И под таким-то начальством приходилось служить и творить таким благородным представителям драматического искусства, как Каратыгин и Мочалов.
Сравнивая этих артистов, авторитетный критик Белинский, их современник, писал:
«Всегдашнее орудие Каратыгина – эффектность, грандиозность и благородство поз, живописность и красота движений, искусство декламации». «Игра (же) Мочалова, – признавал Белинский, – иногда есть откровение таинства, сущности сценического искусства, но часто бывает и его. оскорблением».
Можно живо себе представить, как должен был относиться к такому «актеру нутра» его знаменитый современник М.С. Щепкин, учивший отделывать роли до мелочей и, не полагаясь на успех у публики, «следить неусыпно за собою», совершенствуя свое мастерство.
Еще выше, в строгости к себе и в щепетильном отношении к деталям роли, был прославленный Сосницкий, «дед русской сцены», как его потом называли.
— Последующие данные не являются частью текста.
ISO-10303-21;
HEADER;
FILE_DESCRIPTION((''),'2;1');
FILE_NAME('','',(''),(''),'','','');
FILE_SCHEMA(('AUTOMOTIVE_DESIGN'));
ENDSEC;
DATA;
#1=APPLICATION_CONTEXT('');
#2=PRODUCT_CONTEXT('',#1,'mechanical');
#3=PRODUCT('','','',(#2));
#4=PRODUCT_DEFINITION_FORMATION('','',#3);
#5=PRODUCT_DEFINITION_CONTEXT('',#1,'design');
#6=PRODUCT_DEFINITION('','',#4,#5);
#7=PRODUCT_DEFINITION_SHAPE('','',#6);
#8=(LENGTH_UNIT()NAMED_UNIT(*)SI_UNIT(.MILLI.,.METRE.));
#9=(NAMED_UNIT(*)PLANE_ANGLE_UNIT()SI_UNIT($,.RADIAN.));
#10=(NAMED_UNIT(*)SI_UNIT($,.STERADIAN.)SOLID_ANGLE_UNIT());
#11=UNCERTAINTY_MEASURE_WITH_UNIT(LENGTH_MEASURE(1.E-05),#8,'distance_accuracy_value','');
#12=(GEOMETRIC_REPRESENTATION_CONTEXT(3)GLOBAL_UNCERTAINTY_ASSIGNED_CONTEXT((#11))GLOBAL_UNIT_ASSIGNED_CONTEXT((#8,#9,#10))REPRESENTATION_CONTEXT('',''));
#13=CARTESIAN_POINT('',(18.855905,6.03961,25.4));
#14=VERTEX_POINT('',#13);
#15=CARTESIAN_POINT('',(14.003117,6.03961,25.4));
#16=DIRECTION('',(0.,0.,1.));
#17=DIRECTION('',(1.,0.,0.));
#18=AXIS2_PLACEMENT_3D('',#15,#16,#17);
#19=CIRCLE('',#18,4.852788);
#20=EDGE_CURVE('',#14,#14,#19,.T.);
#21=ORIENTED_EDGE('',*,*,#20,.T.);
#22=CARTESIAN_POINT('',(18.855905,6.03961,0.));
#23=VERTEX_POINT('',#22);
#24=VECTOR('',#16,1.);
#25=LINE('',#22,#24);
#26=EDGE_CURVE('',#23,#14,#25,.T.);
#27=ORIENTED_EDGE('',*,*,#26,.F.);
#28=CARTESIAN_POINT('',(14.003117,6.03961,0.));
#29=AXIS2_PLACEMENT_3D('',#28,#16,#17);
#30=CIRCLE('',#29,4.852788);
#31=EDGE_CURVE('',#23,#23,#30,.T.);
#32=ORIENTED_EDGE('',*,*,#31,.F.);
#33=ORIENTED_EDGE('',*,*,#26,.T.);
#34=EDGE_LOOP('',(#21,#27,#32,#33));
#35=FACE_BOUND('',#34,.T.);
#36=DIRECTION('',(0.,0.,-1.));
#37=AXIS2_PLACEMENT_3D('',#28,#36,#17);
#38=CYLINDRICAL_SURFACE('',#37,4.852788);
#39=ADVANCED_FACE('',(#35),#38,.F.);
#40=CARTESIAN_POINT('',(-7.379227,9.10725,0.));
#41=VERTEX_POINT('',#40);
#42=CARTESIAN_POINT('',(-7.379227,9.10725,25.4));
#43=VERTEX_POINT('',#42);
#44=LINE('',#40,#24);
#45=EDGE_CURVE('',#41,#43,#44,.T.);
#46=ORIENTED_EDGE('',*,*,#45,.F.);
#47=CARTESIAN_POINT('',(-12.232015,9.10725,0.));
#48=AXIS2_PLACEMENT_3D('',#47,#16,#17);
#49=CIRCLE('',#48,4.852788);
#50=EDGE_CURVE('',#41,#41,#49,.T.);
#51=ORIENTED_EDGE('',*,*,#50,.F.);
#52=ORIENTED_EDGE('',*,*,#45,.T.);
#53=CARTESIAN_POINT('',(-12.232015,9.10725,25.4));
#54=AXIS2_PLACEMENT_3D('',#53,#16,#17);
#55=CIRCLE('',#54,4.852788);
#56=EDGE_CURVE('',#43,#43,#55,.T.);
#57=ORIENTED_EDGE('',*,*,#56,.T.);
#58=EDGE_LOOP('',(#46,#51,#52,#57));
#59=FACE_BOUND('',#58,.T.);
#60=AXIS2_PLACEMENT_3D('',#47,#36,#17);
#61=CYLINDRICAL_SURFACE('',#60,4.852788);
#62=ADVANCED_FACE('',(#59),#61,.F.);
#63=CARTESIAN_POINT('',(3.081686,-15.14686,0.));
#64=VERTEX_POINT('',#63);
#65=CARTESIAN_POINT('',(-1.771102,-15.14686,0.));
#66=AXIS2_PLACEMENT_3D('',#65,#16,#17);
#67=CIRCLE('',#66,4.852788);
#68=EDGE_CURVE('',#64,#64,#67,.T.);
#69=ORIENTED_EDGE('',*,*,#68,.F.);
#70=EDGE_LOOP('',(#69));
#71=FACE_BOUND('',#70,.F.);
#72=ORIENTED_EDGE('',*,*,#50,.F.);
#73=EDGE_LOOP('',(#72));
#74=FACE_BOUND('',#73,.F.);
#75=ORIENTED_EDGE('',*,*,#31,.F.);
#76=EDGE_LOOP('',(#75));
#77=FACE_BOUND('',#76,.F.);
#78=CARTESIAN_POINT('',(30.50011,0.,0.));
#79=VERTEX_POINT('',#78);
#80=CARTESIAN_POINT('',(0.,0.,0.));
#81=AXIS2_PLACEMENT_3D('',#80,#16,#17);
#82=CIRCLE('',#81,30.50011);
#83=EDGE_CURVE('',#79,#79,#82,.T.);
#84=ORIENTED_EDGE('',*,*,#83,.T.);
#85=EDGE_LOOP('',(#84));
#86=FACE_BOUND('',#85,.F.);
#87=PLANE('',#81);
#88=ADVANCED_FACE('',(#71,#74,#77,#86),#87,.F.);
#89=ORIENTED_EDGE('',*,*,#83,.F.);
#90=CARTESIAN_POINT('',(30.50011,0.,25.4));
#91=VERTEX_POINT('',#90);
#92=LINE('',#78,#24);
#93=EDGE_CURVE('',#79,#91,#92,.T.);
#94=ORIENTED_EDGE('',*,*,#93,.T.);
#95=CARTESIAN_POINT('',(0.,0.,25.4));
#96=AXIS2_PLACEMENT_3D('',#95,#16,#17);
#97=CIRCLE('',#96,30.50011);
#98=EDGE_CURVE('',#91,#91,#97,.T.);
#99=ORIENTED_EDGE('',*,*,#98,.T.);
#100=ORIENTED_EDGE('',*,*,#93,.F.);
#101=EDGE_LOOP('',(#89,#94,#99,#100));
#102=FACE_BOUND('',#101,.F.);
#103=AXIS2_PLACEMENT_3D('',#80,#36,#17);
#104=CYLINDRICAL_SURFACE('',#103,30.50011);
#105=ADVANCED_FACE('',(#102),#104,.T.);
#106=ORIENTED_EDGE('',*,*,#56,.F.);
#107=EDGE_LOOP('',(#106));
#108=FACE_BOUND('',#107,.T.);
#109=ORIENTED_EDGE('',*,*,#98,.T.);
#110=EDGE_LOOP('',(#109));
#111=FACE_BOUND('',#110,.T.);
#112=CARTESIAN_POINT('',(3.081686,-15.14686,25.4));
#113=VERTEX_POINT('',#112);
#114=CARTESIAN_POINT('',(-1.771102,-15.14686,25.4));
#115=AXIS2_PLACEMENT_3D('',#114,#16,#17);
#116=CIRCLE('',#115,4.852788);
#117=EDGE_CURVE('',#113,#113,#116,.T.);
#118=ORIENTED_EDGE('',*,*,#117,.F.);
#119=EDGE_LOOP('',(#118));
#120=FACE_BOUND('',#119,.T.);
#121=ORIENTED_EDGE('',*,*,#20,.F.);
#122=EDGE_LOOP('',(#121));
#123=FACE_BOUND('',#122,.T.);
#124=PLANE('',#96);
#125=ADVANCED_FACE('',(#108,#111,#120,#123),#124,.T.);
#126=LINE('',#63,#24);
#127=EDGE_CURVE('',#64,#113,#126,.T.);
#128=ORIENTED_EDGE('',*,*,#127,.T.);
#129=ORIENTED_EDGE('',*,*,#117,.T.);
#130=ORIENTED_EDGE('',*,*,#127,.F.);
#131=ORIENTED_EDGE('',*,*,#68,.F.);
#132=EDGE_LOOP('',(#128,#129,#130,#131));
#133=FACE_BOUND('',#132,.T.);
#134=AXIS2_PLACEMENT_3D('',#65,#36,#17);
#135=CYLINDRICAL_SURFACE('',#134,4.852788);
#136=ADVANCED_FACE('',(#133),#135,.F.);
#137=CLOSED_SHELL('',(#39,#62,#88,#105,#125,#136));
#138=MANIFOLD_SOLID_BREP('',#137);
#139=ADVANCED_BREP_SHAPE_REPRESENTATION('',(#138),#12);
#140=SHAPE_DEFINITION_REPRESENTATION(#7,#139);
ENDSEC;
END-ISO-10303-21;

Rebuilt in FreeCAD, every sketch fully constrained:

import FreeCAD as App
import Part
import Sketcher

V = App.Vector

doc = App.newDocument("Part")
params = doc.addObject("Spreadsheet::Sheet", "Params")
for row, (alias, value) in enumerate([
    ("pad1_length", "1 in"),
], start=1):
    params.set(f"A{row}", alias)
    params.set(f"B{row}", "=" + value)
    params.setAlias(f"B{row}", alias)

body = doc.addObject("PartDesign::Body", "Body")

sketch1 = doc.addObject("Sketcher::SketchObject", "Sketch")
body.addObject(sketch1)
sketch1.AttachmentSupport = (doc.XY_Plane, [""])
sketch1.MapMode = "FlatFace"
sketch1.addGeometry([
    Part.Circle(V(0, 0, 0), V(0, 0, 1), 30.5),
    Part.Circle(V(-1.8, -15.1, 0), V(0, 0, 1), 4.9),
    Part.Circle(V(-12.2, 9.1, 0), V(0, 0, 1), 4.9),
    Part.Circle(V(14, 6, 0), V(0, 0, 1), 4.9),
], False)
sketch1.addConstraint([
    Sketcher.Constraint("Coincident", 0, 3, -1, 1),
    Sketcher.Constraint("Equal", 1, 2),
    Sketcher.Constraint("Equal", 2, 3),
    Sketcher.Constraint("Diameter", 0, 61.00022),
    Sketcher.Constraint("Diameter", 1, 9.705576),
    Sketcher.Constraint("DistanceY", 1, 3, -1, 1, 15.14686),
    Sketcher.Constraint("DistanceY", -1, 1, 2, 3, 9.10725),
    Sketcher.Constraint("DistanceY", -1, 1, 3, 3, 6.03961),
    Sketcher.Constraint("DistanceX", 1, 3, 3, 3, 15.774219),
    Sketcher.Constraint("DistanceX", 2, 3, 3, 3, 26.235132),
    Sketcher.Constraint("DistanceX", 1, 3, -1, 1, 1.771102),
])
pad1 = doc.addObject("PartDesign::Pad", "Pad")
body.addObject(pad1)
pad1.Profile = sketch1
pad1.setExpression("Length", "Params.pad1_length")

doc.recompute()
По словам Белинского, «нельзя было и требовать большего и лучшего отречения от своей личности на сцене», чем то, которое являл Сосницкий.
Это мастерство внешней отделки роли, лепки образа путем изменения голоса, фигуры, походки и прочих, присущих актеру данных, составило особую линию в развитии русской манеры игры, прозванную «характерностью».
Наивысших результатов художественная «характерность» игры достигла у современника Каратыгина, Мочалова, Щепкина и Сосницкого – непревзойденного, в этом отношении, В.В. Самойлова (1812–1887).
«В его таланте, – говорит П.В. Свободин, – были две господствующие особенности: во-первых, он умел с поразительной точностью воспроизводить речь иностранцев и инородцев, а во-вторых, хорошо рисуя, он прекрасно гримировался, создавая из своего грима целые художественные произведения».
«Обрабатывая роль, – говорит другой критик, г. Ректус, – Самойлов как бы строил графическую схему исполнения. Он брал наивысший пункт напряжения в пьесе, и это была кульминационная точка данного произведения, все остальное было уже слабее. В каждом акте в свой черед намечалась градация силы в том же порядке, затем в каждом монологе, – где одна или две фразы являлись по преимуществу освещенными. Но бывали явления, которые совершенно оставались в тени». «Самойлов понимал сценическую перспективу, несомненно, более своих современников. Иллюзия, производимая им, заключалась отнюдь не в раскраске лица и не в парике, а в общем ритме всей фигуры, движениях, походке, взгляде. Он мечтал сыграть Петра Великого и говорил: “Мне, поверьте, не надо для этого каблуков и носков; дайте мне дверь низкую, по плечо, дайте низкий потолок и мебель на два вершка ниже обыкновенной, да чтоб царевича Алексея играл артист маленького роста, – и я буду саженным гигантом”».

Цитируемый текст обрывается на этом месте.